ソニー・インディア社に勤務する約2,000人の店頭販売員の中には、例えばBRAVIAならば20人の“カリスマ・プロモーター”と呼ばれる優秀な販売員が存在する。玉川氏は、新機種導入の2週間後にインド全土からこのカリスマ・プロモーターたちをヘッドクオーターに集めて意見聴取を行っていたという。「今年のモデルは昨年のモデルと比べてどうか」「コンペティターとの比較要素は」「どこがセールスポイントになるか」「どうしたらお客様に響くデモがつくれるか」といったテーマについて、徹底的にディスカッションを重ねる。「彼らは毎日店頭に立って、他社の販売員と競争を繰り返している。そんな彼らから得られる意見はとても貴重だ。そのコメントを集めたレクチャービデオも製作して、社内のネットワークで共有する。そうすると他の販売員にも“売れるコツ”が伝わり、引いてはお客様にとっての商品体験価値の向上にもつながる」と、玉川氏はそのメリットを説明する。

このような戦略をひとつずつ着実に実行してきた結果、玉川氏がソニー・インディア社の社長に就任した後は、薄型テレビ、カムコーダー、デジタルスチルカメラ、ホームシアターをはじめ、多くのコンシューマーカテゴリー商品でソニーがNo.1のマーケットシェアを獲得してきたという。
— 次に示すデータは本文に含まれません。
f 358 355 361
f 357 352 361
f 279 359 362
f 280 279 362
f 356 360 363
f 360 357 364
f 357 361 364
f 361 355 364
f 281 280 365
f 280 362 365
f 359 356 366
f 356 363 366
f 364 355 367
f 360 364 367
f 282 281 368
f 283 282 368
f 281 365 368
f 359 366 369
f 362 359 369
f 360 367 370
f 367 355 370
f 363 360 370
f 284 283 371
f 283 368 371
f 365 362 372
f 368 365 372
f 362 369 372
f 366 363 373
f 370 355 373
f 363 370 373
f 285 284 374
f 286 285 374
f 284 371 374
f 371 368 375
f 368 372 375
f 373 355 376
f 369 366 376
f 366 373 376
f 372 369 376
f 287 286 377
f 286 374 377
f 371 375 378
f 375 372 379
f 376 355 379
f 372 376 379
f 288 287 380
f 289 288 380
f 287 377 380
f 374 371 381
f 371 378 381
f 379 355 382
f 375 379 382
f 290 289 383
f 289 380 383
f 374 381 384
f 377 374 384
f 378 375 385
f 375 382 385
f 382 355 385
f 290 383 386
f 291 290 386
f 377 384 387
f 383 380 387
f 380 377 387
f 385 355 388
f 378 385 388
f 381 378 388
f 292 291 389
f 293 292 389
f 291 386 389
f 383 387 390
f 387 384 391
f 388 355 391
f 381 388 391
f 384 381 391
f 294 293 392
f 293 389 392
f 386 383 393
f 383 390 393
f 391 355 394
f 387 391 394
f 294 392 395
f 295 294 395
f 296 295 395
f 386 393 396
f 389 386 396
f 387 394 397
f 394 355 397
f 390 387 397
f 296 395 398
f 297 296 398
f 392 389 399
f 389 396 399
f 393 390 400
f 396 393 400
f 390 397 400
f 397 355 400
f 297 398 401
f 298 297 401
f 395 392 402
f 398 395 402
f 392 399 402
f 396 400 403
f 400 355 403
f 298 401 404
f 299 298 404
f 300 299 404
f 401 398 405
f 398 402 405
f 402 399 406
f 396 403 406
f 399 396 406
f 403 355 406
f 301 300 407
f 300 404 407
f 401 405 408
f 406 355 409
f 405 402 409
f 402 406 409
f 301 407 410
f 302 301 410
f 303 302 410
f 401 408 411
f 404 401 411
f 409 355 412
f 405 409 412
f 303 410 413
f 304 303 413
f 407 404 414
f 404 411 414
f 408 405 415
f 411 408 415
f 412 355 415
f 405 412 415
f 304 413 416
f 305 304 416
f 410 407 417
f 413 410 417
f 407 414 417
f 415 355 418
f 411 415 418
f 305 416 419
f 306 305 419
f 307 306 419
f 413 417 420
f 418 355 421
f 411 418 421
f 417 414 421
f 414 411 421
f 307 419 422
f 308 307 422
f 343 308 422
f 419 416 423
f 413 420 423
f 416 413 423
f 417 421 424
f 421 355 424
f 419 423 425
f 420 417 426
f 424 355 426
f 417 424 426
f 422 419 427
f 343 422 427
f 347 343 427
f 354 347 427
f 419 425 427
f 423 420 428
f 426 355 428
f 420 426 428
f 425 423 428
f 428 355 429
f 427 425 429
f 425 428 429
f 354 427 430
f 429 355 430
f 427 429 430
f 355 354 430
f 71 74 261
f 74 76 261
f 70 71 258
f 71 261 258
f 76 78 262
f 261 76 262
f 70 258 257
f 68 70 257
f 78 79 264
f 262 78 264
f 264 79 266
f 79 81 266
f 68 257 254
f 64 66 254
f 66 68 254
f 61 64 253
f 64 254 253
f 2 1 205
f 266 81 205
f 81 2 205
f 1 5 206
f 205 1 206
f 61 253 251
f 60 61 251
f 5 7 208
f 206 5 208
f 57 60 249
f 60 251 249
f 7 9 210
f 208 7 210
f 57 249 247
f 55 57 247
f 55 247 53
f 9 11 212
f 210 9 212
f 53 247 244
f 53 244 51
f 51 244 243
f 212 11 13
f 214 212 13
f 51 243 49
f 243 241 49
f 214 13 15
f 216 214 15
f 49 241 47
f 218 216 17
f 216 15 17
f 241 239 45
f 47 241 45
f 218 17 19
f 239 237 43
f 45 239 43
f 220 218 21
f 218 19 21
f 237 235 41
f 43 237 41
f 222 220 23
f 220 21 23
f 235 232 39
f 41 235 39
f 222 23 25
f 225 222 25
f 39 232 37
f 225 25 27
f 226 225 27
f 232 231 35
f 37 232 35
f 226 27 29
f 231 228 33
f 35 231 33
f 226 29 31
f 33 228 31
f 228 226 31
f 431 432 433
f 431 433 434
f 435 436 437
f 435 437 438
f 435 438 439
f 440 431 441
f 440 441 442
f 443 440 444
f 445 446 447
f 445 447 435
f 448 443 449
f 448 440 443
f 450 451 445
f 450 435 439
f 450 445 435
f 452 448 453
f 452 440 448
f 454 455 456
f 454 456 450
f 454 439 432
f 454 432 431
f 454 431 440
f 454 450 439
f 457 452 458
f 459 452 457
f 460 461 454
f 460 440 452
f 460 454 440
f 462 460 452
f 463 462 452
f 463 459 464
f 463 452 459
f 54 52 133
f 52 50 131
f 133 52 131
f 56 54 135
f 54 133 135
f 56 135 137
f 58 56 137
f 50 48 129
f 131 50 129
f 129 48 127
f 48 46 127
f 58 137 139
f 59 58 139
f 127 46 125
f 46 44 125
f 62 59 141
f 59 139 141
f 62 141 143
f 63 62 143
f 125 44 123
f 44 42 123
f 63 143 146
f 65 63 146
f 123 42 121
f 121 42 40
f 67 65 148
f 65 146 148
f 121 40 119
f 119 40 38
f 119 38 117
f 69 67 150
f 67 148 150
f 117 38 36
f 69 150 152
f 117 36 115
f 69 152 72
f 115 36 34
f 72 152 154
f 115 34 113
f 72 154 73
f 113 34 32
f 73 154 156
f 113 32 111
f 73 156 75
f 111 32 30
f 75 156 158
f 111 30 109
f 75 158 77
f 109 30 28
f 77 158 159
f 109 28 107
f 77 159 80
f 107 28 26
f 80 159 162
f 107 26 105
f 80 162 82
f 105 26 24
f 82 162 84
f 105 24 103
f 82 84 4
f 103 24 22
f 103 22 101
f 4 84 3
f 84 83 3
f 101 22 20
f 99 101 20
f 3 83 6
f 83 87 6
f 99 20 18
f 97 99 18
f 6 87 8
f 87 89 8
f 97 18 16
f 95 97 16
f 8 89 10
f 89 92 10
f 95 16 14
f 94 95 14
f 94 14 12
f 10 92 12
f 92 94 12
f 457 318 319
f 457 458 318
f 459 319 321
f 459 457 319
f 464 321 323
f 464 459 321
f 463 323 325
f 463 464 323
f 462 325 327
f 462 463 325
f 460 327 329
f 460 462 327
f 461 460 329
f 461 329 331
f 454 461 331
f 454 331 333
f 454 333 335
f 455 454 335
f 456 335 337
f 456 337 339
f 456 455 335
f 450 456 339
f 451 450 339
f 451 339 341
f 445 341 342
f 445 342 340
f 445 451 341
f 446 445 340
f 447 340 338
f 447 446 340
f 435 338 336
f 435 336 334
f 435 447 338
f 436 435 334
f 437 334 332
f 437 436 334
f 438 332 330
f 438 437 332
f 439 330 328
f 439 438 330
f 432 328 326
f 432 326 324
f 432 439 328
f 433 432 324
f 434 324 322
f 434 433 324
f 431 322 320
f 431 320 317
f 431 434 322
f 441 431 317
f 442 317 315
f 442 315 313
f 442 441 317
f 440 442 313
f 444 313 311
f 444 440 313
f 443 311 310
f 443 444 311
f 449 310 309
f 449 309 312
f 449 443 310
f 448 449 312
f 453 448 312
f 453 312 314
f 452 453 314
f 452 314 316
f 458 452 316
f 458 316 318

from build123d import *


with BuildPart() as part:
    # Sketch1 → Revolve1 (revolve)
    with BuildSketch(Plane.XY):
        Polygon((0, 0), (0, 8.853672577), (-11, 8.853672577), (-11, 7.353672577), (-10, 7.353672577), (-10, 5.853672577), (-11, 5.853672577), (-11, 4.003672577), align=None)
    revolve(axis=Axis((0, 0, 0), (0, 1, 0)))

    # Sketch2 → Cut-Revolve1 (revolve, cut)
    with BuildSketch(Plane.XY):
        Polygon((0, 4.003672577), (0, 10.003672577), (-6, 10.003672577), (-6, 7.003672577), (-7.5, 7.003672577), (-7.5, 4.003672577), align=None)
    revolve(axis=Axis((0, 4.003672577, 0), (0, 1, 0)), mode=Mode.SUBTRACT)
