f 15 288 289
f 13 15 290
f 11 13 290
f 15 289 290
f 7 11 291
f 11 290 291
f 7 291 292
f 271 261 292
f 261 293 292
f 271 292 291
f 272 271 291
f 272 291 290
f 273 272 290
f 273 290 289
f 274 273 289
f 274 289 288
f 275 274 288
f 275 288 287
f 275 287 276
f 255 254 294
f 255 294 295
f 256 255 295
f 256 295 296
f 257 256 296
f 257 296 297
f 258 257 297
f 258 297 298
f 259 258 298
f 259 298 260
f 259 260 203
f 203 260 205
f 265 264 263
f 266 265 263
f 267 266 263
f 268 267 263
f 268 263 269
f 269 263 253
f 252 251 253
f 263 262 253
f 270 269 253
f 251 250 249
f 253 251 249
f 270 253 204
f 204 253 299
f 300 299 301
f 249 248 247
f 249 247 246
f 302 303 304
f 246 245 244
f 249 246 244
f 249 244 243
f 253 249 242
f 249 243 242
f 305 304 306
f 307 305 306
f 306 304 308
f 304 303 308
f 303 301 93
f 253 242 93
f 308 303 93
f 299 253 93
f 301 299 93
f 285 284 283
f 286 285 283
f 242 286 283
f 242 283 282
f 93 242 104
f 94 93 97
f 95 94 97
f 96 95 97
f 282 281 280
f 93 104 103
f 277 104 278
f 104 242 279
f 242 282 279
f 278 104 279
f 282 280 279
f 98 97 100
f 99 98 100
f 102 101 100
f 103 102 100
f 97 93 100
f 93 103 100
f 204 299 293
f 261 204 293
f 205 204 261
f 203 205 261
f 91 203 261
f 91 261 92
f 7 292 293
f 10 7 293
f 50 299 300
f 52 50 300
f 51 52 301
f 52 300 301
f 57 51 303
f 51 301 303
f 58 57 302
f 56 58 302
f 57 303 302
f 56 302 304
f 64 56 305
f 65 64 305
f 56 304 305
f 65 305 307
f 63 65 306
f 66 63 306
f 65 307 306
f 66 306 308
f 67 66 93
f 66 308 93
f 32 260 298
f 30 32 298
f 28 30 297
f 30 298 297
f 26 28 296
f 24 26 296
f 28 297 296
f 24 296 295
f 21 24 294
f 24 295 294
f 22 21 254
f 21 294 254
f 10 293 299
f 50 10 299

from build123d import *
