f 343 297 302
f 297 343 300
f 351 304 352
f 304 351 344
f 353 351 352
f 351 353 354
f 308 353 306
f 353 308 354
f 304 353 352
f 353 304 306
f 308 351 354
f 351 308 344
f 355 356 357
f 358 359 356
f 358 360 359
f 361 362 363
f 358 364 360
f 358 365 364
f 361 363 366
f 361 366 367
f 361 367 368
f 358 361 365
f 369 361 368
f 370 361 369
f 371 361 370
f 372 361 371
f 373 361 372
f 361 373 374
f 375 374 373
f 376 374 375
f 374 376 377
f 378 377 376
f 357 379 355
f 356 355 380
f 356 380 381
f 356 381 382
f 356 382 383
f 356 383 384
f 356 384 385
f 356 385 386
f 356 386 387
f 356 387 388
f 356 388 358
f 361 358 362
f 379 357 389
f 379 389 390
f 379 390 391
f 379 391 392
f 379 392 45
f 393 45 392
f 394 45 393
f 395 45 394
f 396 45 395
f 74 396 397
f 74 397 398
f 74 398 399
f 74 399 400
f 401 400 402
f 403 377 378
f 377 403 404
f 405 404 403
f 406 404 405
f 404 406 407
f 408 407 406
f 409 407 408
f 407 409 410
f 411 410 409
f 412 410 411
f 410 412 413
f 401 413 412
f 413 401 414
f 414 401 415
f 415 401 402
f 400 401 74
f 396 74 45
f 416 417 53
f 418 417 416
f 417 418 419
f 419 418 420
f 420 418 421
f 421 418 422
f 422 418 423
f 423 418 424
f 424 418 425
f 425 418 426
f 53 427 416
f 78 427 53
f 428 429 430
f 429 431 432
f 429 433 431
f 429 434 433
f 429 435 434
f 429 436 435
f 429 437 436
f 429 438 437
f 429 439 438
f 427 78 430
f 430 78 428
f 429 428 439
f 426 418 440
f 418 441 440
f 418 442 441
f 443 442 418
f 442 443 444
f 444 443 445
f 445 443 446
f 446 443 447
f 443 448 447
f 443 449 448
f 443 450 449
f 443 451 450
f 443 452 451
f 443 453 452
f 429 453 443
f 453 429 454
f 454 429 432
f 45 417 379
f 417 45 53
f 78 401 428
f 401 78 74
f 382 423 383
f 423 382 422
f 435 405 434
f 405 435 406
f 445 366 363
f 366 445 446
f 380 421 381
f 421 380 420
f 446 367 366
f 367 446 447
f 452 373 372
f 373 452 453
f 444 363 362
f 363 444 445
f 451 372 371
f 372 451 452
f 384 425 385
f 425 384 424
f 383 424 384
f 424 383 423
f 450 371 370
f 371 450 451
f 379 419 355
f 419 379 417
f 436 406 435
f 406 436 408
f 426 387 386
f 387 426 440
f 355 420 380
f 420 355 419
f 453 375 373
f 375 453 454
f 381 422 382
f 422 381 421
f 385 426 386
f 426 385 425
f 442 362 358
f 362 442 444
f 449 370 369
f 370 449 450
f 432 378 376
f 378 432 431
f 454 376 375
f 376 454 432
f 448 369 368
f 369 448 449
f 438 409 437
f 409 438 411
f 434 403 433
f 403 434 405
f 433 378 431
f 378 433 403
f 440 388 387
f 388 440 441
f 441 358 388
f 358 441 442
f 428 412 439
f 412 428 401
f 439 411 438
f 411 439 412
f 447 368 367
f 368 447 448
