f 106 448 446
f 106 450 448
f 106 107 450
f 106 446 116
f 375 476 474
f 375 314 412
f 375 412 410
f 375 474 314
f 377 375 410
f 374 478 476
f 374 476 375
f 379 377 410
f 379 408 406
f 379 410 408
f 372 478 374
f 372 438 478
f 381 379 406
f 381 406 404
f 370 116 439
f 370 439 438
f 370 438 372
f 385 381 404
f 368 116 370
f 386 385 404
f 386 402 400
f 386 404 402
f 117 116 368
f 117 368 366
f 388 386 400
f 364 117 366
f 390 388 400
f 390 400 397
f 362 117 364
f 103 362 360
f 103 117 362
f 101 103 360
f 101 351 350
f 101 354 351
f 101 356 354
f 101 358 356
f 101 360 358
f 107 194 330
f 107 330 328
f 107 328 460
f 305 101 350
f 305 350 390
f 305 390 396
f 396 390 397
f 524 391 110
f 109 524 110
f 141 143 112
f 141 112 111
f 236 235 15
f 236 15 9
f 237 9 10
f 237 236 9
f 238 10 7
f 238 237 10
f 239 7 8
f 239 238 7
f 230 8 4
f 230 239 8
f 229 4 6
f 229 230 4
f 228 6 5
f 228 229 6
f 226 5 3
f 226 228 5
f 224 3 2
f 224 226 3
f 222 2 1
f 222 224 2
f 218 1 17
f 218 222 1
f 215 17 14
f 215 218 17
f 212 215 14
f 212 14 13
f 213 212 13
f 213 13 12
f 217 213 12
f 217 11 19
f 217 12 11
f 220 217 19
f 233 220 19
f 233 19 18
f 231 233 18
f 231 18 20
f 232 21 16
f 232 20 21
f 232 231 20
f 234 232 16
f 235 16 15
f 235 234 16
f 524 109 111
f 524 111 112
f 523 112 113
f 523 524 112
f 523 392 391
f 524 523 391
玉川氏は「足繁く各地域に足を運びながら生きた情報を獲得、販売戦略に結び付けていくことが最も大事。こうして築いてきた企業カルチャーが、いまやしっかりとソニー・インディア社の中に根付いていると思う。当たり前のことばかりだが、これらを一つずつ実行していくことが、企業にとって最大の差別化になる」という。